Repeat exactly the lines below that lie between the line with "f 149 73 74" and the line with "f 26 127 125", counting both of those lines as part of the answer.

→ INFORMATION SHOWN:
==============================
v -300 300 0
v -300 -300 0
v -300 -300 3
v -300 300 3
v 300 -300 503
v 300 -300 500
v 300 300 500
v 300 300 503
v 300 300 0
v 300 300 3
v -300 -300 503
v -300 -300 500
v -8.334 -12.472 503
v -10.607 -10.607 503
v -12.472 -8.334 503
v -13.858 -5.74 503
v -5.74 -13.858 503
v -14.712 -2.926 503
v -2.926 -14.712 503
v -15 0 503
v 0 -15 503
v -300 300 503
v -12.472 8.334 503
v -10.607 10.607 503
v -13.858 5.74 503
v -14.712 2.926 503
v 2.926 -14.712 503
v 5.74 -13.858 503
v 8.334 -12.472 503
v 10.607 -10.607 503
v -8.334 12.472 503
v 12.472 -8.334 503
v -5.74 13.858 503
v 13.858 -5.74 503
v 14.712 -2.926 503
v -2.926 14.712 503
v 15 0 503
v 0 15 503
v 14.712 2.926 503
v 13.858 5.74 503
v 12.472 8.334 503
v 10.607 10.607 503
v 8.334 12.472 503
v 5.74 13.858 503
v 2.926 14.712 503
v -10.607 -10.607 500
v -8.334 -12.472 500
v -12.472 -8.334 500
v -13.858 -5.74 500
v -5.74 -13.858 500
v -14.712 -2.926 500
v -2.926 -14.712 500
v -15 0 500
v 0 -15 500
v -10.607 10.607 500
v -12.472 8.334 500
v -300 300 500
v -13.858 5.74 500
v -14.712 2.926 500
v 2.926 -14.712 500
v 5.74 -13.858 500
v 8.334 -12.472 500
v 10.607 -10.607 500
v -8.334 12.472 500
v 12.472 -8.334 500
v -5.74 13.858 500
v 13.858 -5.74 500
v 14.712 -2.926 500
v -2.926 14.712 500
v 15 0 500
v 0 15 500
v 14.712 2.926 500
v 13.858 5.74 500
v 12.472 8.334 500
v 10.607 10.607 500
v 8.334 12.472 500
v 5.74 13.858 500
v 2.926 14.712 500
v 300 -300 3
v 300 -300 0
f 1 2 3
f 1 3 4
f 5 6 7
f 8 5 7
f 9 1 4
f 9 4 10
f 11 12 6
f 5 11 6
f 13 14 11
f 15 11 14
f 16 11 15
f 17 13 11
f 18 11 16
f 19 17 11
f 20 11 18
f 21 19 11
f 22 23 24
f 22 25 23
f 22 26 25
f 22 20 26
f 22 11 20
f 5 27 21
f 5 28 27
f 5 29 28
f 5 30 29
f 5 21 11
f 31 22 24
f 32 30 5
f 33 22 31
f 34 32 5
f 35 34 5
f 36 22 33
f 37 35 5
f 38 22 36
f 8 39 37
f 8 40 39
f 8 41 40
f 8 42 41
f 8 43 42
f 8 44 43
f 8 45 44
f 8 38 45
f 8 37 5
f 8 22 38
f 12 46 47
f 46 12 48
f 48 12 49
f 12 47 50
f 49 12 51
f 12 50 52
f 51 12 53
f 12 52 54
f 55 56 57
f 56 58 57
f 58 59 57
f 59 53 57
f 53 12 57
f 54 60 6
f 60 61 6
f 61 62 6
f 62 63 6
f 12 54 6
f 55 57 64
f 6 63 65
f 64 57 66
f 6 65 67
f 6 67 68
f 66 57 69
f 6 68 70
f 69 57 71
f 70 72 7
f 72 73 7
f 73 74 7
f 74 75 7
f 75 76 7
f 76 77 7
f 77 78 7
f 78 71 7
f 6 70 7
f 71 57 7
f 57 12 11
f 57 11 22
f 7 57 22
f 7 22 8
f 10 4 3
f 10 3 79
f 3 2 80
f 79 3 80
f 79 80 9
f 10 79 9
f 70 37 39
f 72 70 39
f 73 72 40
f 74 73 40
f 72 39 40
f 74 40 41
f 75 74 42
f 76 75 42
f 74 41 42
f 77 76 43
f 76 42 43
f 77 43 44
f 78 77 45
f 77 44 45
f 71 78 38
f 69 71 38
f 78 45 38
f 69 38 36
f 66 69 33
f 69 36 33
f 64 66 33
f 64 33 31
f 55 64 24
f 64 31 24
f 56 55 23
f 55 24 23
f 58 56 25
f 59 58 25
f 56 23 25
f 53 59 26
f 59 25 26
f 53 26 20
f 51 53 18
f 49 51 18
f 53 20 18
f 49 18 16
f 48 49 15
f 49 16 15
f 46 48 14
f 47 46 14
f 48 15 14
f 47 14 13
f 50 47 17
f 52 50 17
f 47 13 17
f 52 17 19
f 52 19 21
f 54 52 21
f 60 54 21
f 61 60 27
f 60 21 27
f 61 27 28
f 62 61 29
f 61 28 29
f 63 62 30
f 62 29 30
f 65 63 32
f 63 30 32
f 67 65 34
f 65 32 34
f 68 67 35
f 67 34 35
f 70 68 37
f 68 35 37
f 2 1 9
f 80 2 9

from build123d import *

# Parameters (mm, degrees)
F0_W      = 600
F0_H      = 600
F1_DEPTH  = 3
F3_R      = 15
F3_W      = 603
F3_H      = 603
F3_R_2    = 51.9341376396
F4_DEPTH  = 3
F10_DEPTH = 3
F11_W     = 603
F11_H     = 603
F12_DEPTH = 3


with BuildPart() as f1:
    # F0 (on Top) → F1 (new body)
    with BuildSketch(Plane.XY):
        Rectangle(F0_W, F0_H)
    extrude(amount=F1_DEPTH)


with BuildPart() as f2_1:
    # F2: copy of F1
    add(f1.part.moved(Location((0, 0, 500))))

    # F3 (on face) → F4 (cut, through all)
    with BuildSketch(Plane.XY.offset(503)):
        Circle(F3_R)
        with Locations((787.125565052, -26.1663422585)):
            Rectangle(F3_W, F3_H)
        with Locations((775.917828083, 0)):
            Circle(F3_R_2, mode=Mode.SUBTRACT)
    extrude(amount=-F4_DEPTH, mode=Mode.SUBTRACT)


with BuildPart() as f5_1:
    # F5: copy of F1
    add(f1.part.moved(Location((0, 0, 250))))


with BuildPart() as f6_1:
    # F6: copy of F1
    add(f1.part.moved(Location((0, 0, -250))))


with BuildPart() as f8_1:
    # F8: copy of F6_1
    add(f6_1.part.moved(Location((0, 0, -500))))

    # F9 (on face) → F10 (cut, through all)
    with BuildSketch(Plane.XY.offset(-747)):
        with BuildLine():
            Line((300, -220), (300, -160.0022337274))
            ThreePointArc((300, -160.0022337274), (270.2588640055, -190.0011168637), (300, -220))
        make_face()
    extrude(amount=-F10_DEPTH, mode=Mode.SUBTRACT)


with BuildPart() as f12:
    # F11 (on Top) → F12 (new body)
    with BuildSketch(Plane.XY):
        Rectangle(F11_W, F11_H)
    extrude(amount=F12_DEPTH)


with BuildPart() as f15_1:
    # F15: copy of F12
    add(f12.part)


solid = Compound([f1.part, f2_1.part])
==============================
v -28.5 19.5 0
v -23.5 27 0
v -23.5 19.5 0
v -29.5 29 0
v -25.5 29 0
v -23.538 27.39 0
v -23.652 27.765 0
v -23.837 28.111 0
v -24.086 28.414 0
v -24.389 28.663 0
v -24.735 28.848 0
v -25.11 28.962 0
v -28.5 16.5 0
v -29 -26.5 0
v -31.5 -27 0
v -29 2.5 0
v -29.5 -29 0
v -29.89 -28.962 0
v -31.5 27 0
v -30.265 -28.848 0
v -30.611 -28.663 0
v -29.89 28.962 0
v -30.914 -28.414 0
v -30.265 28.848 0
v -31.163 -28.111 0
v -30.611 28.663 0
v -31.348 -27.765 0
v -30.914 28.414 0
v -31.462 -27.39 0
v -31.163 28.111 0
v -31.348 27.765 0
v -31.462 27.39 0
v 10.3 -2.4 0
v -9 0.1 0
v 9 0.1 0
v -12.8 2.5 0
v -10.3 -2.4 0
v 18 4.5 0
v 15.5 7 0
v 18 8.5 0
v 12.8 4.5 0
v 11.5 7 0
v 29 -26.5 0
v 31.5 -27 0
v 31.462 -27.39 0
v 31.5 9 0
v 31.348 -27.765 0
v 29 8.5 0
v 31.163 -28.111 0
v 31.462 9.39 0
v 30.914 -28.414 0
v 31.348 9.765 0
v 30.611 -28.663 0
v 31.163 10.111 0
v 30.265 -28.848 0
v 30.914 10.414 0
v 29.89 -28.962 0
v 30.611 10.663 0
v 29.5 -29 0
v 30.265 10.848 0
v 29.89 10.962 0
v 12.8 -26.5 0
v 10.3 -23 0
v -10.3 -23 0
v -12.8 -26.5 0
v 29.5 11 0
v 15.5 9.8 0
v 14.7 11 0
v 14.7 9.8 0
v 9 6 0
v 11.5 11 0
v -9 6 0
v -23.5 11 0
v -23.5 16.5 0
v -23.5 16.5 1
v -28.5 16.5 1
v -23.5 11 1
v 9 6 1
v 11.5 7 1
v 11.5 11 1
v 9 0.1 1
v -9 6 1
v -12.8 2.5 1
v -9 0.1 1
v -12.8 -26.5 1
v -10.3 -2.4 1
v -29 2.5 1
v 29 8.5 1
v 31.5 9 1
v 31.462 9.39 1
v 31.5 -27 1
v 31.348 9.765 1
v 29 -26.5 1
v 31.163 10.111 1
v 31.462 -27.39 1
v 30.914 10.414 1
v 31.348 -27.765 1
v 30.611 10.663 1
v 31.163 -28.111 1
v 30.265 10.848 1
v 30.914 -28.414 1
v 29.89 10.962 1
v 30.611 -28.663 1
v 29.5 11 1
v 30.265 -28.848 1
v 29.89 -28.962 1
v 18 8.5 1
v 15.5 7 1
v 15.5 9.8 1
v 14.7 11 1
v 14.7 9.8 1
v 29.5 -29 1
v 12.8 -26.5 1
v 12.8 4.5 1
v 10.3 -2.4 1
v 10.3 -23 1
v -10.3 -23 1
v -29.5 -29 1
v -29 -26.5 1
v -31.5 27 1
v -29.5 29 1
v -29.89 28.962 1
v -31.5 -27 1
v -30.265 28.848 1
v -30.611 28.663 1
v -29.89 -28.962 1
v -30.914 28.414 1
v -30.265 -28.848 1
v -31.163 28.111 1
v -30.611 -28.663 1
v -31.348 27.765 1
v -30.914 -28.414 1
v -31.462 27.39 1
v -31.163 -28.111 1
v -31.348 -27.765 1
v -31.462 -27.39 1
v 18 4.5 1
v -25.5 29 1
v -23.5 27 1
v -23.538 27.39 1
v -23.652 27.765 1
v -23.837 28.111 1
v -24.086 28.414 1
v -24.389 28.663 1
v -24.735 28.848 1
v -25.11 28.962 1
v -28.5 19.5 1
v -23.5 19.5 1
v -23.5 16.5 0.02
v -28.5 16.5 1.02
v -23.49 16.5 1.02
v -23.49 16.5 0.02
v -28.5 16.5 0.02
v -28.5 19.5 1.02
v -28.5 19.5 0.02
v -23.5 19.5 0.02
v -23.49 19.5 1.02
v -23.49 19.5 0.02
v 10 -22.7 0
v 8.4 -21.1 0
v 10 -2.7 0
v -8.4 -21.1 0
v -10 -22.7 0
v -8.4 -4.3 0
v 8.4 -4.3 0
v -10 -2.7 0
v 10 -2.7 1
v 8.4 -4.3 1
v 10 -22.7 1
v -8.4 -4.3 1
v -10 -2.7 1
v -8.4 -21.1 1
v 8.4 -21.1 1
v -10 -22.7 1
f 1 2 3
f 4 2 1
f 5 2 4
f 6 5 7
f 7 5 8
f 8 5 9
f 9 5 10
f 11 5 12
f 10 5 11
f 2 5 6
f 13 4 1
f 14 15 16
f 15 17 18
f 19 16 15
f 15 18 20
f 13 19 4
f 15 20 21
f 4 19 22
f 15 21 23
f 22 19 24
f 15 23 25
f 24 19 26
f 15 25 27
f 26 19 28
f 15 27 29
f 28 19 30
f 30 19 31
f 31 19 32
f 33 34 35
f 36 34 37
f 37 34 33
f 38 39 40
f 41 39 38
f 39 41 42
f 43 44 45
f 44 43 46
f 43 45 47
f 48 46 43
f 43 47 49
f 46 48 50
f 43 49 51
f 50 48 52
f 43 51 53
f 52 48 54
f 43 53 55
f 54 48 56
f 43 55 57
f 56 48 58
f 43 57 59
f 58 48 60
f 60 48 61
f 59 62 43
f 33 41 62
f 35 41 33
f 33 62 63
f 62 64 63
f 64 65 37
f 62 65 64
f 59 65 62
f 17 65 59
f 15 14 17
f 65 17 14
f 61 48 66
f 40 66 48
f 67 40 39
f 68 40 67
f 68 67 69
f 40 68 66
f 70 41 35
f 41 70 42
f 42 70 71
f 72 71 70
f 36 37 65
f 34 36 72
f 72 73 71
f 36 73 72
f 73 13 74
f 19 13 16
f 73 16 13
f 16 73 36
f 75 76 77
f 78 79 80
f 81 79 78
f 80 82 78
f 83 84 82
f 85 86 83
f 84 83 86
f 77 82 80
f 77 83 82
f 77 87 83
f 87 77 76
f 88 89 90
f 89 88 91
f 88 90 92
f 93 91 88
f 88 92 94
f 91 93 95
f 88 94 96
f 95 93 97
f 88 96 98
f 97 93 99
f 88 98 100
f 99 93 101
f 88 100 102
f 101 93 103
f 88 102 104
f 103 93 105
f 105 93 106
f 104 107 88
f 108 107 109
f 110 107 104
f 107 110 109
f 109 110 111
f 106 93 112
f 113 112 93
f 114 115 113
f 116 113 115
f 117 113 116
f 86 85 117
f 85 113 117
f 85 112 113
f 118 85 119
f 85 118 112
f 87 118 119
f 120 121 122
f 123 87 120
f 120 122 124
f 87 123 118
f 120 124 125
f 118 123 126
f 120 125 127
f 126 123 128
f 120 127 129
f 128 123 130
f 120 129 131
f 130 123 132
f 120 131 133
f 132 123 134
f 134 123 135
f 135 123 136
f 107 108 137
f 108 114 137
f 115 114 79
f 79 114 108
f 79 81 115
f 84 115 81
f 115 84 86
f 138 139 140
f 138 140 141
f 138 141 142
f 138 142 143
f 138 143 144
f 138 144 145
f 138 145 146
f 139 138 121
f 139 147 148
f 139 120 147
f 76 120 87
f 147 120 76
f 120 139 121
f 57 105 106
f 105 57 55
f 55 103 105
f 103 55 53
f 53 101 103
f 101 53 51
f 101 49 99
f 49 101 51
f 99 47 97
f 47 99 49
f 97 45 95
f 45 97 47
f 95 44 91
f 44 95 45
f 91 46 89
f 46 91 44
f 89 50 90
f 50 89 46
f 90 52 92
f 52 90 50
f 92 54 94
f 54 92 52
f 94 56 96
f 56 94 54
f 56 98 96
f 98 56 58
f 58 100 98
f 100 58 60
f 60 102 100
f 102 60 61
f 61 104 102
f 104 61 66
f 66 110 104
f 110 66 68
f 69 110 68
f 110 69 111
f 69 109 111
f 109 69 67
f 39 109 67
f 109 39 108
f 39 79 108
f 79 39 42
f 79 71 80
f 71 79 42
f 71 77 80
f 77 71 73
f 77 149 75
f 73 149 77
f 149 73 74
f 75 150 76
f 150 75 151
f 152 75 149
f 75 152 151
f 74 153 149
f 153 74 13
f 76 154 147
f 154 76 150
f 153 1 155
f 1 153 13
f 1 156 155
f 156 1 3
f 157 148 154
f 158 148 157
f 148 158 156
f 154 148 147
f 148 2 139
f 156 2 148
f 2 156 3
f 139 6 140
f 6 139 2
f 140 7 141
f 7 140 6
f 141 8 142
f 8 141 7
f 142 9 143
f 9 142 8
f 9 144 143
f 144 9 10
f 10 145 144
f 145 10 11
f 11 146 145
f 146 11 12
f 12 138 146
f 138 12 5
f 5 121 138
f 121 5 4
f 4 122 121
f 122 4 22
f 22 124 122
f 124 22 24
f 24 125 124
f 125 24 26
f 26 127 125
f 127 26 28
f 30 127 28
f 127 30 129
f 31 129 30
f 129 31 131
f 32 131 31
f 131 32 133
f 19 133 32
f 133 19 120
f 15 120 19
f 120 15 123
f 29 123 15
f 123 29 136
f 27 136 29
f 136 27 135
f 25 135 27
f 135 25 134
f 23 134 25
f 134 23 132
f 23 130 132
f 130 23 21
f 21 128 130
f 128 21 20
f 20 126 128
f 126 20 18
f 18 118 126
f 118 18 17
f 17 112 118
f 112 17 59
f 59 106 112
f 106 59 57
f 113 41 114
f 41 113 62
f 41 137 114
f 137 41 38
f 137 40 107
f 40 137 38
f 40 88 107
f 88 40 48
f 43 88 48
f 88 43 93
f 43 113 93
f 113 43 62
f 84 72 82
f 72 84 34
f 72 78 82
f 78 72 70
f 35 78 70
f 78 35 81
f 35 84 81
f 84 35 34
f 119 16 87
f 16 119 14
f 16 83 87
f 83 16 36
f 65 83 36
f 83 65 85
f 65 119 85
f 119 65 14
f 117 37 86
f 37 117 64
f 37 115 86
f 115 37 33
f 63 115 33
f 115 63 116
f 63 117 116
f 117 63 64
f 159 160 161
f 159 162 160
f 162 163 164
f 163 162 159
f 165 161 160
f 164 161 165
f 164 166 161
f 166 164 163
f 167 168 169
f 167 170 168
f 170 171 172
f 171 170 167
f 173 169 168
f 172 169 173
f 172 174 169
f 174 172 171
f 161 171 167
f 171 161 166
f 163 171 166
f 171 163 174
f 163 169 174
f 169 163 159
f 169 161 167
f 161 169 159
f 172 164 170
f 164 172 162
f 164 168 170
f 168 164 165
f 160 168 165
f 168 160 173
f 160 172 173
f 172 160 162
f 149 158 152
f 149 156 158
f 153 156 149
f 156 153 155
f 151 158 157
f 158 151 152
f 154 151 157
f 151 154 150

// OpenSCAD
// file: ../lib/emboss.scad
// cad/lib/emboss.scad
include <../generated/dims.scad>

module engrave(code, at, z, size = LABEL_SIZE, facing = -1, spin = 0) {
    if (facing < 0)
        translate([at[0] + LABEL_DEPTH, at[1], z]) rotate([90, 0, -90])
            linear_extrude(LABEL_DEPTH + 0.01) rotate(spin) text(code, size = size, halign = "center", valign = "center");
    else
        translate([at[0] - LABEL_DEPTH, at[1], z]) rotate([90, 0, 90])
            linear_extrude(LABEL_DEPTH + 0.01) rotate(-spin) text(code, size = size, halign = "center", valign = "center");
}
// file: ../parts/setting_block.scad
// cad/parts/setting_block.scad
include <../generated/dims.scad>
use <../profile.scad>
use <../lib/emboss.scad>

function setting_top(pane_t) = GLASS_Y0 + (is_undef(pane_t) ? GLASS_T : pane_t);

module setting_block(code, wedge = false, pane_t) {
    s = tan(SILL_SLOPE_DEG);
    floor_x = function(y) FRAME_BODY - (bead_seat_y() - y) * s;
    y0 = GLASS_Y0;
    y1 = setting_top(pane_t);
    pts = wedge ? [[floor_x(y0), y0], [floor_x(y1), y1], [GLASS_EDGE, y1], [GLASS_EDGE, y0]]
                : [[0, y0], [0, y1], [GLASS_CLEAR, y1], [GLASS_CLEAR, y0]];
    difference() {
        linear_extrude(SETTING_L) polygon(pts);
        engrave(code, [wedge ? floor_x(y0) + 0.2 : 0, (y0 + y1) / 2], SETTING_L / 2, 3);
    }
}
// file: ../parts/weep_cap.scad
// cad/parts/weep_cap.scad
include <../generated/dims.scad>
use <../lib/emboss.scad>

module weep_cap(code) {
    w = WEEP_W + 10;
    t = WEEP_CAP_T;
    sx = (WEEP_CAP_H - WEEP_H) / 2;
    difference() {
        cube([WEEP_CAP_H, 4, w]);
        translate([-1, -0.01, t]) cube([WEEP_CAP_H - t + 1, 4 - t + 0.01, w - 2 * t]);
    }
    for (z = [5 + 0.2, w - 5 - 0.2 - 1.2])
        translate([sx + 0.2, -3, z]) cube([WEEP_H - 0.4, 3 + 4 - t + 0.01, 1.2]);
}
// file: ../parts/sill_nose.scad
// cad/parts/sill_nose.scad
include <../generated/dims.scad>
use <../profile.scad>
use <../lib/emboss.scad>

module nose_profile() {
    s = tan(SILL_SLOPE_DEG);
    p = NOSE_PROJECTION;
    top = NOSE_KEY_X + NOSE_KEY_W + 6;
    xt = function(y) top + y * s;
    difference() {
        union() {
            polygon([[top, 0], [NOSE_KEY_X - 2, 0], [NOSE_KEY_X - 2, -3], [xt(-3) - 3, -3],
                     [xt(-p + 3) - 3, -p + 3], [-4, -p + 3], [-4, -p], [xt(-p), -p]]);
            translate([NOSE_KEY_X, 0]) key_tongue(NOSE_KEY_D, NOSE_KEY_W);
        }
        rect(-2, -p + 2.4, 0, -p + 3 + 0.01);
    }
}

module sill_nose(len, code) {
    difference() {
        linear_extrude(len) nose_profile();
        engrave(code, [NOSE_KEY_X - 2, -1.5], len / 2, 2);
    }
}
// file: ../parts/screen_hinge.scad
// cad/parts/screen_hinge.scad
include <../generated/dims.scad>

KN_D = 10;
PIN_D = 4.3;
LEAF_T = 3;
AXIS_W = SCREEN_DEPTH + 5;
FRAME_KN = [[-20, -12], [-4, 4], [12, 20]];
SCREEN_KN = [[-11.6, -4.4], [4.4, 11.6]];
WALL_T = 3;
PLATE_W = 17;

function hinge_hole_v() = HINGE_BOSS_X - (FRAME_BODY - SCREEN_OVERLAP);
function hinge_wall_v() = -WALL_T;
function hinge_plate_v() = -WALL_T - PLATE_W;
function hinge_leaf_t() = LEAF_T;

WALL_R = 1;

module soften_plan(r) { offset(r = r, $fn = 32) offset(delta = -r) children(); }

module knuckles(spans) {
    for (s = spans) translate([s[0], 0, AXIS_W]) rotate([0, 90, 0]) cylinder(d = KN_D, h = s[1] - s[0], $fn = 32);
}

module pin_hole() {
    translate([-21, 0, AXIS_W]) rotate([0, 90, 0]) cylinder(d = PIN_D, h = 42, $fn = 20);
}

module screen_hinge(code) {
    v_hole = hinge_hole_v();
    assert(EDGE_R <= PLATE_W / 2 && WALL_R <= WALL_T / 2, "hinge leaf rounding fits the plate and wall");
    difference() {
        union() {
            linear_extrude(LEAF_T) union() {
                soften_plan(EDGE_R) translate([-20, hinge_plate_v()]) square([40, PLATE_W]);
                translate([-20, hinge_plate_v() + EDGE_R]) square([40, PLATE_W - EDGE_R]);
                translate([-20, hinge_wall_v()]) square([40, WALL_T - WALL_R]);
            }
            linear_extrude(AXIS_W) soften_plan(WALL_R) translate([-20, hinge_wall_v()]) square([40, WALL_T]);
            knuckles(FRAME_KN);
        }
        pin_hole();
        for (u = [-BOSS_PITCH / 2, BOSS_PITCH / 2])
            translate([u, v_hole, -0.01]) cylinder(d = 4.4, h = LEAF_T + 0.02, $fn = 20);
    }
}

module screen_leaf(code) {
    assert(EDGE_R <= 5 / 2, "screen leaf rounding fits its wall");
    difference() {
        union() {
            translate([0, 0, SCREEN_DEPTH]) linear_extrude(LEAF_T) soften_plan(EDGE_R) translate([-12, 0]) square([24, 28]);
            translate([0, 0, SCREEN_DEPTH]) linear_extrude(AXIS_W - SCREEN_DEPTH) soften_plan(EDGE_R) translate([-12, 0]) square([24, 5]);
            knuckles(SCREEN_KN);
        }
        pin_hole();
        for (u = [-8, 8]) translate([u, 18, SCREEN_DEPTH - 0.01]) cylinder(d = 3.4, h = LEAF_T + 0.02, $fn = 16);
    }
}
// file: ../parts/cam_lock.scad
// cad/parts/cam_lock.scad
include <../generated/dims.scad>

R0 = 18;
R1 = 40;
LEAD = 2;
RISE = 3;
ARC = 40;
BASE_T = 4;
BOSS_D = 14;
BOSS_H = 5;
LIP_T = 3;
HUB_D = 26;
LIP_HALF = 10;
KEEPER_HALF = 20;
==============================
→ RESPONSE AREA:
f 149 73 74
f 75 150 76
f 150 75 151
f 152 75 149
f 75 152 151
f 74 153 149
f 153 74 13
f 76 154 147
f 154 76 150
f 153 1 155
f 1 153 13
f 1 156 155
f 156 1 3
f 157 148 154
f 158 148 157
f 148 158 156
f 154 148 147
f 148 2 139
f 156 2 148
f 2 156 3
f 139 6 140
f 6 139 2
f 140 7 141
f 7 140 6
f 141 8 142
f 8 141 7
f 142 9 143
f 9 142 8
f 9 144 143
f 144 9 10
f 10 145 144
f 145 10 11
f 11 146 145
f 146 11 12
f 12 138 146
f 138 12 5
f 5 121 138
f 121 5 4
f 4 122 121
f 122 4 22
f 22 124 122
f 124 22 24
f 24 125 124
f 125 24 26
f 26 127 125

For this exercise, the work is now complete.